Sunday, July 14, 2013

What's Wrong With Your Practice ... Perception or Reality?

Most of us can notice when something “isn’t right” with our bodies, and we often are quick to jump to a conclusion about the cause.  Yet what we perceive to be the problem, and the reality behind it, may be much different.

A urologist recently shared an example with me, saying that many people come to him to “fix the problem” of an over-active bladder at night.  They typically attribute it to a “plumbing” issue that a pill or even surgery can cure.  Yet this doctor suggested that, as people age, they sleep less and they’re likely to be awakened more easily by sounds that didn’t disturb them in earlier years – a dog barking, the house creaking.  Once they’re awake, they decide to honor the bladder urge so they can go back to sleep. The perception is that there is a physical medical problem.  The real cause is the natural aging process and the best “cure” is to accept it.

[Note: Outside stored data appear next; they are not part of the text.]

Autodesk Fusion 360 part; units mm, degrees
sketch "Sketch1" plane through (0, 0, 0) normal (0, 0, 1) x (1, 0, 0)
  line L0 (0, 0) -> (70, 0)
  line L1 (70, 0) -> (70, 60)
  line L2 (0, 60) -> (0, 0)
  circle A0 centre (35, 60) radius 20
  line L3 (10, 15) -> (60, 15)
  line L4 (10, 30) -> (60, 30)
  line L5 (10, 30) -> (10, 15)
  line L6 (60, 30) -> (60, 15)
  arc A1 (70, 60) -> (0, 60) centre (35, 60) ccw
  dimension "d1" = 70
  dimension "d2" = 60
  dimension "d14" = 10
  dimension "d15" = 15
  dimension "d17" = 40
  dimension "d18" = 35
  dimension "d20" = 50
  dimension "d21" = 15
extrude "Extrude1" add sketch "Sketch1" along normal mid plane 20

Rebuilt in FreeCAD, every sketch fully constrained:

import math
import FreeCAD as App
import Part
import Sketcher
from FreeCAD import Vector

doc = App.newDocument("Part")
body = doc.addObject("PartDesign::Body", "Body")

sketch1 = body.newObject("Sketcher::SketchObject", "Sketch")
sketch1.AttachmentSupport = (doc.getObject("XY_Plane"), [""])
sketch1.MapMode = "FlatFace"
sketch1.addGeometry([
    Part.LineSegment(Vector(0, 60, 0), Vector(0, 0, 0)),
    Part.LineSegment(Vector(0, 0, 0), Vector(70, 0, 0)),
    Part.LineSegment(Vector(70, 0, 0), Vector(70, 60, 0)),
    Part.ArcOfCircle(Part.Circle(Vector(35, 60, 0), Vector(0, 0, 1), 35), math.radians(0), math.radians(180)),
    Part.LineSegment(Vector(60, 15, 0), Vector(10, 15, 0)),
    Part.LineSegment(Vector(10, 15, 0), Vector(10, 30, 0)),
    Part.LineSegment(Vector(10, 30, 0), Vector(60, 30, 0)),
    Part.LineSegment(Vector(60, 30, 0), Vector(60, 15, 0)),
    Part.Circle(Vector(35, 60, 0), Vector(0, 0, 1), 20),
], False)
sketch1.addConstraint([
    Sketcher.Constraint("Coincident", 0, 2, 1, 1),
    Sketcher.Constraint("Coincident", 1, 2, 2, 1),
    Sketcher.Constraint("Tangent", 2, 2, 3, 1),
    Sketcher.Constraint("Tangent", 3, 2, 0, 1),
    Sketcher.Constraint("Coincident", 4, 2, 5, 1),
    Sketcher.Constraint("Coincident", 5, 2, 6, 1),
    Sketcher.Constraint("Coincident", 6, 2, 7, 1),
    Sketcher.Constraint("Coincident", 7, 2, 4, 1),
    Sketcher.Constraint("Vertical", 0),
    Sketcher.Constraint("Horizontal", 1),
    Sketcher.Constraint("Vertical", 2),
    Sketcher.Constraint("Horizontal", 4),
    Sketcher.Constraint("Vertical", 5),
    Sketcher.Constraint("Horizontal", 6),
    Sketcher.Constraint("Vertical", 7),
    Sketcher.Constraint("Coincident", 0, 2, -1, 1),
    Sketcher.Constraint("Coincident", 8, 3, 3, 3),
    Sketcher.Constraint("Diameter", 8, 40.0),
    Sketcher.Constraint("Radius", 3, 35.0),
    Sketcher.Constraint("DistanceX", 4, 2, 4, 1, 50.0),
    Sketcher.Constraint("DistanceY", 0, 2, 0, 1, 60.0),
    Sketcher.Constraint("DistanceY", 5, 1, 5, 2, 15.0),
    Sketcher.Constraint("DistanceX", -1, 1, 4, 2, 10.0),
    Sketcher.Constraint("DistanceY", -1, 1, 4, 2, 15.0),
])
pad1 = body.newObject("PartDesign::Pad", "Pad")
pad1.Profile = sketch1
pad1.Length = 20
pad1.Midplane = True

doc.recompute()
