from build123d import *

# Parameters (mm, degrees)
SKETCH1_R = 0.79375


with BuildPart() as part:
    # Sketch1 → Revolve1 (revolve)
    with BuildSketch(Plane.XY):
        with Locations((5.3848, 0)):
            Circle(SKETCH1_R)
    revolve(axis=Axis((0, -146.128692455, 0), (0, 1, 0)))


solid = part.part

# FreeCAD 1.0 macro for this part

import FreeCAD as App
import Part
import Sketcher

V = App.Vector
Q = App.Units.Quantity

doc = App.newDocument("Part")
body = doc.addObject("PartDesign::Body", "Body")

sketch1 = body.newObject("Sketcher::SketchObject", "Sketch")
sketch1.AttachmentSupport = (doc.getObject("XY_Plane"), [""])
sketch1.MapMode = "FlatFace"
sketch1.addGeometry(Part.Circle(V(5.3848, 0, 0), V(0, 0, 1), 0.79375), False)
sketch1.addConstraint([
    Sketcher.Constraint("PointOnObject", 0, 3, -1),
    Sketcher.Constraint("Diameter", 0, Q("0.0625 in")),
    Sketcher.Constraint("DistanceX", -1, 1, 0, 3, Q("0.212 in")),
])
revolution = body.newObject("PartDesign::Revolution", "Revolution")
revolution.Profile = sketch1
revolution.ReferenceAxis = (sketch1, ["V_Axis"])
revolution.Angle = 360

doc.recompute()
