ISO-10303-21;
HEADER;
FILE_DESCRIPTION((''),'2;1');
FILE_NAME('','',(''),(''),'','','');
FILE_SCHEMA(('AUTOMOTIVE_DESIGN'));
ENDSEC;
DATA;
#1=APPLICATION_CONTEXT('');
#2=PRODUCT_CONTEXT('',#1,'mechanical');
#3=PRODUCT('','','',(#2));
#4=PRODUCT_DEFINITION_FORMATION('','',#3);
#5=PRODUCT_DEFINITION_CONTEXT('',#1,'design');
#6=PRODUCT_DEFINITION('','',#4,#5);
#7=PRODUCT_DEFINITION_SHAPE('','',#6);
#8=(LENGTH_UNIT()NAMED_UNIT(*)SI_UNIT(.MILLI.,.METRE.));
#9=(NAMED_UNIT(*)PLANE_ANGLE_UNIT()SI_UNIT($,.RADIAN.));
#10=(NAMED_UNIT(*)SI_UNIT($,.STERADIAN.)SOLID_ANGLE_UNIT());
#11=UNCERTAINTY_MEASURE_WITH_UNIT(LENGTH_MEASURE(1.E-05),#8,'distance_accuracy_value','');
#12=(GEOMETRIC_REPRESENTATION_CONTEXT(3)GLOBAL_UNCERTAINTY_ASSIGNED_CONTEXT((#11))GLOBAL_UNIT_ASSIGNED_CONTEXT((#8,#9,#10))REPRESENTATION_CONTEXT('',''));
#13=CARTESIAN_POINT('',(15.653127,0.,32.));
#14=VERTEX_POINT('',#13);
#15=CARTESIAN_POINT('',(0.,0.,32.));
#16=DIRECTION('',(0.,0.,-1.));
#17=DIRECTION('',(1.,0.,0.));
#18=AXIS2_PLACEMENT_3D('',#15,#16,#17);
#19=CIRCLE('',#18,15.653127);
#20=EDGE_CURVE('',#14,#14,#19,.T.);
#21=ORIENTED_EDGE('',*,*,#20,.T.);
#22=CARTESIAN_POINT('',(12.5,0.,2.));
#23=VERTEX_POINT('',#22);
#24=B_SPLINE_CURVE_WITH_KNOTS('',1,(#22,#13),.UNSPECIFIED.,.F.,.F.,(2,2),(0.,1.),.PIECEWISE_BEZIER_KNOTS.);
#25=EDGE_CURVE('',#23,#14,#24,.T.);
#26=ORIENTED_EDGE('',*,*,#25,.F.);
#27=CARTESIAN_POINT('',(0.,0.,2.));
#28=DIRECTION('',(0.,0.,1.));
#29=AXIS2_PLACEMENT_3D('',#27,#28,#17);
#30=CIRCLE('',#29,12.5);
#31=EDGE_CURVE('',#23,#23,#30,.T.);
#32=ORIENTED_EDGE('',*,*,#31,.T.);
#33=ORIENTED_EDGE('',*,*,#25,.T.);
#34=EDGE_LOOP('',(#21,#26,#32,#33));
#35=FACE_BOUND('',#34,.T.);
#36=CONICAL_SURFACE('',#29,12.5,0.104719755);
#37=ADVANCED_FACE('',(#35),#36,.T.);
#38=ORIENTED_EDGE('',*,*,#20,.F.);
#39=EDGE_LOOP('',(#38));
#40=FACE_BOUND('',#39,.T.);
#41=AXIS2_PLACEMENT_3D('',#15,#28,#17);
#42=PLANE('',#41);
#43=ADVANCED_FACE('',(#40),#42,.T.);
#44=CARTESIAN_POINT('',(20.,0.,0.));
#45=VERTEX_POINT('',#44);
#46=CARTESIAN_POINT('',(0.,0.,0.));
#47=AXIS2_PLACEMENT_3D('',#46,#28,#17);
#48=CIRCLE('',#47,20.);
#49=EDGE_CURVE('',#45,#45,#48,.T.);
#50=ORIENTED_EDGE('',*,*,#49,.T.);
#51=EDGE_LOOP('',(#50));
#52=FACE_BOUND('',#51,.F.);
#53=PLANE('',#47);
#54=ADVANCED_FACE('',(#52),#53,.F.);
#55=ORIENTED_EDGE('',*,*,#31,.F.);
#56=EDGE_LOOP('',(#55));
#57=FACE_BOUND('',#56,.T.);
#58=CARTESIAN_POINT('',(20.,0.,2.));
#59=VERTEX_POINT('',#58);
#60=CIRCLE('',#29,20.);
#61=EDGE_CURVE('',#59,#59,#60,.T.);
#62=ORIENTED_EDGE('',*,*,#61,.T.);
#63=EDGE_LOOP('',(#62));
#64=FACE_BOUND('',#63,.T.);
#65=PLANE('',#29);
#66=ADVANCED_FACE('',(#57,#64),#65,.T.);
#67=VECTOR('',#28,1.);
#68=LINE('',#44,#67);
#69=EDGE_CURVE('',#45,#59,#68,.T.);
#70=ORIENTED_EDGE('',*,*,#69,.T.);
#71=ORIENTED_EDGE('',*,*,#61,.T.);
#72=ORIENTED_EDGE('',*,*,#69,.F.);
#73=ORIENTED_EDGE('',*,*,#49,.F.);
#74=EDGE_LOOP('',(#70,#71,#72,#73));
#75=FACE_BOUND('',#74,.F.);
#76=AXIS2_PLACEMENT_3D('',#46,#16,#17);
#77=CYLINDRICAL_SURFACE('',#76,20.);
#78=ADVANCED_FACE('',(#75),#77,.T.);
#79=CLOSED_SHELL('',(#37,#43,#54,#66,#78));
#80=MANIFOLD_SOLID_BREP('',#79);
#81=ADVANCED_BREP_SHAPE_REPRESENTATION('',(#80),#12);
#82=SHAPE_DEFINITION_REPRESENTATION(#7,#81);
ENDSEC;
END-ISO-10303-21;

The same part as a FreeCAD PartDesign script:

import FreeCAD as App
import Part
import Sketcher

V = App.Vector
Q = App.Units.Quantity

doc = App.newDocument("Part")
params = doc.addObject("Spreadsheet::Sheet", "Params")
for row, (alias, value) in enumerate([
    ("sketch1_diameter", "40 mm"),
    ("pad1_length", "2 mm"),
    ("sketch2_diameter", "25 mm"),
    ("pad2_length", "30 mm"),
    ("pad2_taper", "6 deg"),
], start=1):
    params.set(f"A{row}", alias)
    params.set(f"B{row}", "=" + value)
    params.setAlias(f"B{row}", alias)

body = doc.addObject("PartDesign::Body", "Body")

# Sketch on XY plane
sketch1 = body.newObject("Sketcher::SketchObject", "Sketch")
sketch1.AttachmentSupport = (doc.getObject("XY_Plane"), [""])
sketch1.MapMode = "FlatFace"
sketch1.addGeometry(Part.Circle(V(0, 0, 0), V(0, 0, 1), 20), False)
sketch1.addConstraint([
    Sketcher.Constraint("Coincident", 0, 3, -1, 1),
    Sketcher.Constraint("Diameter", 0, Q("40 mm")),
])
sketch1.setExpression("Constraints[1]", "Params.sketch1_diameter")
pad1 = body.newObject("PartDesign::Pad", "Pad")
pad1.Profile = sketch1
pad1.setExpression("Length", "Params.pad1_length")

# Sketch on XY plane
sketch2 = body.newObject("Sketcher::SketchObject", "Sketch001")
sketch2.AttachmentSupport = (doc.getObject("XY_Plane"), [""])
sketch2.MapMode = "FlatFace"
sketch2.AttachmentOffset = App.Placement(V(0, 0, 2), App.Rotation())
sketch2.addGeometry(Part.Circle(V(0, 0, 0), V(0, 0, 1), 12.5), False)
sketch2.addConstraint([
    Sketcher.Constraint("Coincident", 0, 3, -1, 1),
    Sketcher.Constraint("Diameter", 0, Q("25 mm")),
])
sketch2.setExpression("Constraints[1]", "Params.sketch2_diameter")
pad2 = body.newObject("PartDesign::Pad", "Pad001")
pad2.Profile = sketch2
pad2.setExpression("Length", "Params.pad2_length")
pad2.setExpression("TaperAngle", "Params.pad2_taper")

doc.recompute()
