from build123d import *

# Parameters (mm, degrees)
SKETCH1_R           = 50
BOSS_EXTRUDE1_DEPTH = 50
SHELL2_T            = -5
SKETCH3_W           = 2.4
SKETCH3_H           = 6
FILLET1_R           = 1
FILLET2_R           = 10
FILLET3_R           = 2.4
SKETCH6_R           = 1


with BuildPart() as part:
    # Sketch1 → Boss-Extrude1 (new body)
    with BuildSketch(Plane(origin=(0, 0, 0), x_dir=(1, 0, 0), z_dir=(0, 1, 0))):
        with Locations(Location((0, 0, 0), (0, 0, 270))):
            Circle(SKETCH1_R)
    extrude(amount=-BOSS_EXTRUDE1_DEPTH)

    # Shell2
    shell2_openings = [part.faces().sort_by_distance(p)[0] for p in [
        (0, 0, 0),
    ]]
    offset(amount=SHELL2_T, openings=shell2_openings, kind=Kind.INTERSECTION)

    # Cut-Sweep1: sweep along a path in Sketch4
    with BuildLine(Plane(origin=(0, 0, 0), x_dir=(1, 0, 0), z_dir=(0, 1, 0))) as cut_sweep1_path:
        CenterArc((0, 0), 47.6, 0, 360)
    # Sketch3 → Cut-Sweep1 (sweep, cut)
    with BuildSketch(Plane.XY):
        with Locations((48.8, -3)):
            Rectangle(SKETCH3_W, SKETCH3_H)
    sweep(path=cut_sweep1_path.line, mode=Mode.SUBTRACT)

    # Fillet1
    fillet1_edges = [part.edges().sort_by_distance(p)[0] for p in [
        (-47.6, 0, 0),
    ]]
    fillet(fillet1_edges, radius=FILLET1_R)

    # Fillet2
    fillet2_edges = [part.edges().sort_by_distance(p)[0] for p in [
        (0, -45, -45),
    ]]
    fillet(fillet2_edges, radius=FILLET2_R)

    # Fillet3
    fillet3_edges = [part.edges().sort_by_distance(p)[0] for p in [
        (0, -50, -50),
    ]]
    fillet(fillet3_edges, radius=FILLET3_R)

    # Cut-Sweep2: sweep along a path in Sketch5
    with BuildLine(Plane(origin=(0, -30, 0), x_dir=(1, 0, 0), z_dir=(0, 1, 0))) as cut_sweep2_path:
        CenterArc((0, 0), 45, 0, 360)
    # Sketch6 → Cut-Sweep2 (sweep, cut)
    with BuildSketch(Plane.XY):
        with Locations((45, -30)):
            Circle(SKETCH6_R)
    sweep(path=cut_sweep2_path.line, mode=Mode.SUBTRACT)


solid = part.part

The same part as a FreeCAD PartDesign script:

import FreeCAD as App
import Part
import Sketcher
Q = App.Units.Quantity


def edges_at(feature, points):
    """Names of the edges that pass closest to the given points."""
    edges = feature.Shape.Edges
    near = lambda p: min(range(len(edges)), key=lambda i: edges[i].distToShape(Part.Vertex(*p))[0])
    return sorted({f"Edge{near(p) + 1}" for p in points})


def faces_at(feature, points):
    """Names of the faces that lie closest to the given points."""
    faces = feature.Shape.Faces
    near = lambda p: min(range(len(faces)), key=lambda i: faces[i].distToShape(Part.Vertex(*p))[0])
    return sorted({f"Face{near(p) + 1}" for p in points})

doc = App.newDocument("Part")
body = doc.addObject("PartDesign::Body", "Body")

# Sketch on XZ plane
sketch1 = body.newObject("Sketcher::SketchObject", "Sketch")
sketch1.AttachmentSupport = (doc.getObject("XZ_Plane"), [""])
sketch1.MapMode = "FlatFace"
sketch1.addGeometry(Part.Circle(App.Vector(0, 0, 0), App.Vector(0, 0, 1), 50), False)
sketch1.addConstraint([
    Sketcher.Constraint("Coincident", 0, 3, -1, 1),
    Sketcher.Constraint("Diameter", 0, Q("100 mm")),
])
pad1 = body.newObject("PartDesign::Pad", "Pad")
pad1.Profile = sketch1
pad1.Length = 50
doc.recompute()

thickness = body.newObject("PartDesign::Thickness", "Thickness")
thickness.Base = (pad1, faces_at(pad1, [(0, 0, 0)]))
thickness.Value = 5
thickness.Reversed = True
thickness.Join = "Intersection"

# Sketch on XY plane
sketch2 = body.newObject("Sketcher::SketchObject", "Sketch001")
sketch2.AttachmentSupport = (doc.getObject("XY_Plane"), [""])
sketch2.MapMode = "FlatFace"
sketch2.addGeometry([
    Part.LineSegment(App.Vector(47.6, 0, 0), App.Vector(47.6, -6, 0)),
    Part.LineSegment(App.Vector(47.6, -6, 0), App.Vector(50, -6, 0)),
    Part.LineSegment(App.Vector(50, -6, 0), App.Vector(50, 0, 0)),
    Part.LineSegment(App.Vector(50, 0, 0), App.Vector(47.6, 0, 0)),
], False)
sketch2.addConstraint([
    Sketcher.Constraint("Coincident", 0, 2, 1, 1),
    Sketcher.Constraint("Coincident", 1, 2, 2, 1),
    Sketcher.Constraint("Coincident", 2, 2, 3, 1),
    Sketcher.Constraint("Coincident", 3, 2, 0, 1),
    Sketcher.Constraint("Vertical", 0),
    Sketcher.Constraint("Horizontal", 1),
    Sketcher.Constraint("Vertical", 2),
    Sketcher.Constraint("Horizontal", 3),
    Sketcher.Constraint("PointOnObject", 2, 2, -1),
    Sketcher.Constraint("DistanceY", 0, 2, 0, 1, Q("6 mm")),
    Sketcher.Constraint("DistanceX", 1, 1, 1, 2, Q("2.4 mm")),
    Sketcher.Constraint("DistanceX", -1, 1, 1, 2, Q("50 mm")),
])

# Sketch on XZ plane
sketch3 = body.newObject("Sketcher::SketchObject", "Sketch002")
sketch3.AttachmentSupport = (doc.getObject("XZ_Plane"), [""])
sketch3.MapMode = "FlatFace"
sketch3.addGeometry(Part.Circle(App.Vector(0, 0, 0), App.Vector(0, 0, 1), 48), False)
sketch3.addConstraint([
    Sketcher.Constraint("Coincident", 0, 3, -1, 1),
    Sketcher.Constraint("Diameter", 0, Q("95.2 mm")),
])
doc.recompute()

subtractivepipe = body.newObject("PartDesign::SubtractivePipe", "SubtractivePipe")
subtractivepipe.Profile = sketch2
subtractivepipe.Spine = (sketch3, ["Edge1"])
doc.recompute()

fillet = body.newObject("PartDesign::Fillet", "Fillet")
fillet.Base = (subtractivepipe, edges_at(subtractivepipe, [(-47.6, 0, 0)]))
fillet.Radius = 1
doc.recompute()

fillet2 = body.newObject("PartDesign::Fillet", "Fillet001")
fillet2.Base = (fillet, edges_at(fillet, [(0, -45, -45)]))
fillet2.Radius = 10
doc.recompute()

fillet3 = body.newObject("PartDesign::Fillet", "Fillet002")
fillet3.Base = (fillet2, edges_at(fillet2, [(0, -50, -50)]))
fillet3.Radius = 2.4

# Sketch on XY plane
sketch4 = body.newObject("Sketcher::SketchObject", "Sketch003")
sketch4.AttachmentSupport = (doc.getObject("XY_Plane"), [""])
sketch4.MapMode = "FlatFace"
sketch4.addGeometry(Part.Circle(App.Vector(45, -30, 0), App.Vector(0, 0, 1), 1), False)
sketch4.addConstraint([
    Sketcher.Constraint("Diameter", 0, Q("2 mm")),
    Sketcher.Constraint("DistanceX", -1, 1, 0, 3, Q("45 mm")),
    Sketcher.Constraint("DistanceY", 0, 3, -1, 1, Q("30 mm")),
])

# Sketch on XZ plane
sketch5 = body.newObject("Sketcher::SketchObject", "Sketch004")
sketch5.AttachmentSupport = (doc.getObject("XZ_Plane"), [""])
sketch5.MapMode = "FlatFace"
sketch5.AttachmentOffset = App.Placement(App.Vector(0, 0, 30), App.Rotation())
sketch5.addGeometry(Part.Circle(App.Vector(0, 0, 0), App.Vector(0, 0, 1), 45), False)
sketch5.addConstraint([
    Sketcher.Constraint("Coincident", 0, 3, -1, 1),
    Sketcher.Constraint("Diameter", 0, Q("90 mm")),
])
doc.recompute()

subtractivepipe2 = body.newObject("PartDesign::SubtractivePipe", "SubtractivePipe001")
subtractivepipe2.Profile = sketch4
subtractivepipe2.Spine = (sketch5, ["Edge1"])

doc.recompute()
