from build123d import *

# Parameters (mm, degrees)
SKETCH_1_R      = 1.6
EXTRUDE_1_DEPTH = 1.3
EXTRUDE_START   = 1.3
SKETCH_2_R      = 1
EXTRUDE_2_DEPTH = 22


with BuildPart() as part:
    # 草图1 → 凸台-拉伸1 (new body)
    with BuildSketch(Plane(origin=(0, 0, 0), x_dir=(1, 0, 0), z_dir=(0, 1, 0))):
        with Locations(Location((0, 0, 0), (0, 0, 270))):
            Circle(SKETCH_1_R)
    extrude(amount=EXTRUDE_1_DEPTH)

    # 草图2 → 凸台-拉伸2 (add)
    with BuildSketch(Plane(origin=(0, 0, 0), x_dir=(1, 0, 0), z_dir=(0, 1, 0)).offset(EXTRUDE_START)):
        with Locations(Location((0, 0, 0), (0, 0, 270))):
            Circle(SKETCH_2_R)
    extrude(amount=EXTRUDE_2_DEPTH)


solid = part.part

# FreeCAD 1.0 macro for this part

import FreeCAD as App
import Part
import Sketcher
Q = App.Units.Quantity

doc = App.newDocument("Part")
body = doc.addObject("PartDesign::Body", "Body")

# Sketch on XZ plane
sketch1 = body.newObject("Sketcher::SketchObject", "Sketch")
sketch1.AttachmentSupport = (doc.getObject("XZ_Plane"), [""])
sketch1.MapMode = "FlatFace"
sketch1.addGeometry(Part.Circle(App.Vector(0, 0, 0), App.Vector(0, 0, 1), 1.6), False)
sketch1.addConstraint([
    Sketcher.Constraint("Coincident", 0, 3, -1, 1),
    Sketcher.Constraint("Diameter", 0, Q("3.2 mm")),
])
pad1 = body.newObject("PartDesign::Pad", "Pad")
pad1.Profile = sketch1
pad1.Length = 1.3
pad1.Reversed = True

# Sketch on XZ plane
sketch2 = body.newObject("Sketcher::SketchObject", "Sketch001")
sketch2.AttachmentSupport = (doc.getObject("XZ_Plane"), [""])
sketch2.MapMode = "FlatFace"
sketch2.AttachmentOffset = App.Placement(App.Vector(0, 0, -1.3), App.Rotation())
sketch2.addGeometry(Part.Circle(App.Vector(0, 0, 0), App.Vector(0, 0, 1), 1), False)
sketch2.addConstraint([
    Sketcher.Constraint("Coincident", 0, 3, -1, 1),
    Sketcher.Constraint("Diameter", 0, Q("2 mm")),
])
pad2 = body.newObject("PartDesign::Pad", "Pad001")
pad2.Profile = sketch2
pad2.Length = 22
pad2.Reversed = True

doc.recompute()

Transfer this lesson to a law practice.  Most lawyers are quick to perceive a problem when there is less money coming in the door.  They immediately jump to a conclusion about “the cure” – do more marketing, or raise rates.  The reality is that declining revenue typically began long before as a problem with receivables.  Generating new work to cover declining revenue simply isn’t the answer.  The strategy is to make sure clients know they must pay their bills within 30 days.  And the way to do that is specify clear collection terms in the engagement agreement. Lawyers perceive every client as valuable and hate to cut them loose; the reality is that continuing to do work for overdue clients who don’t pay shows those clients are not worth keeping.

A new study by George Washington Law School showed that realization rates (the amount of money billed that is collected) average 83.6 percent for all law firms, a figure that is a historic low.  If you perceive your revenue is down, and the reality is that you only collect 80 cents on the dollar, you’re like the urologist’s patients – you won’t get many good nights of sleep.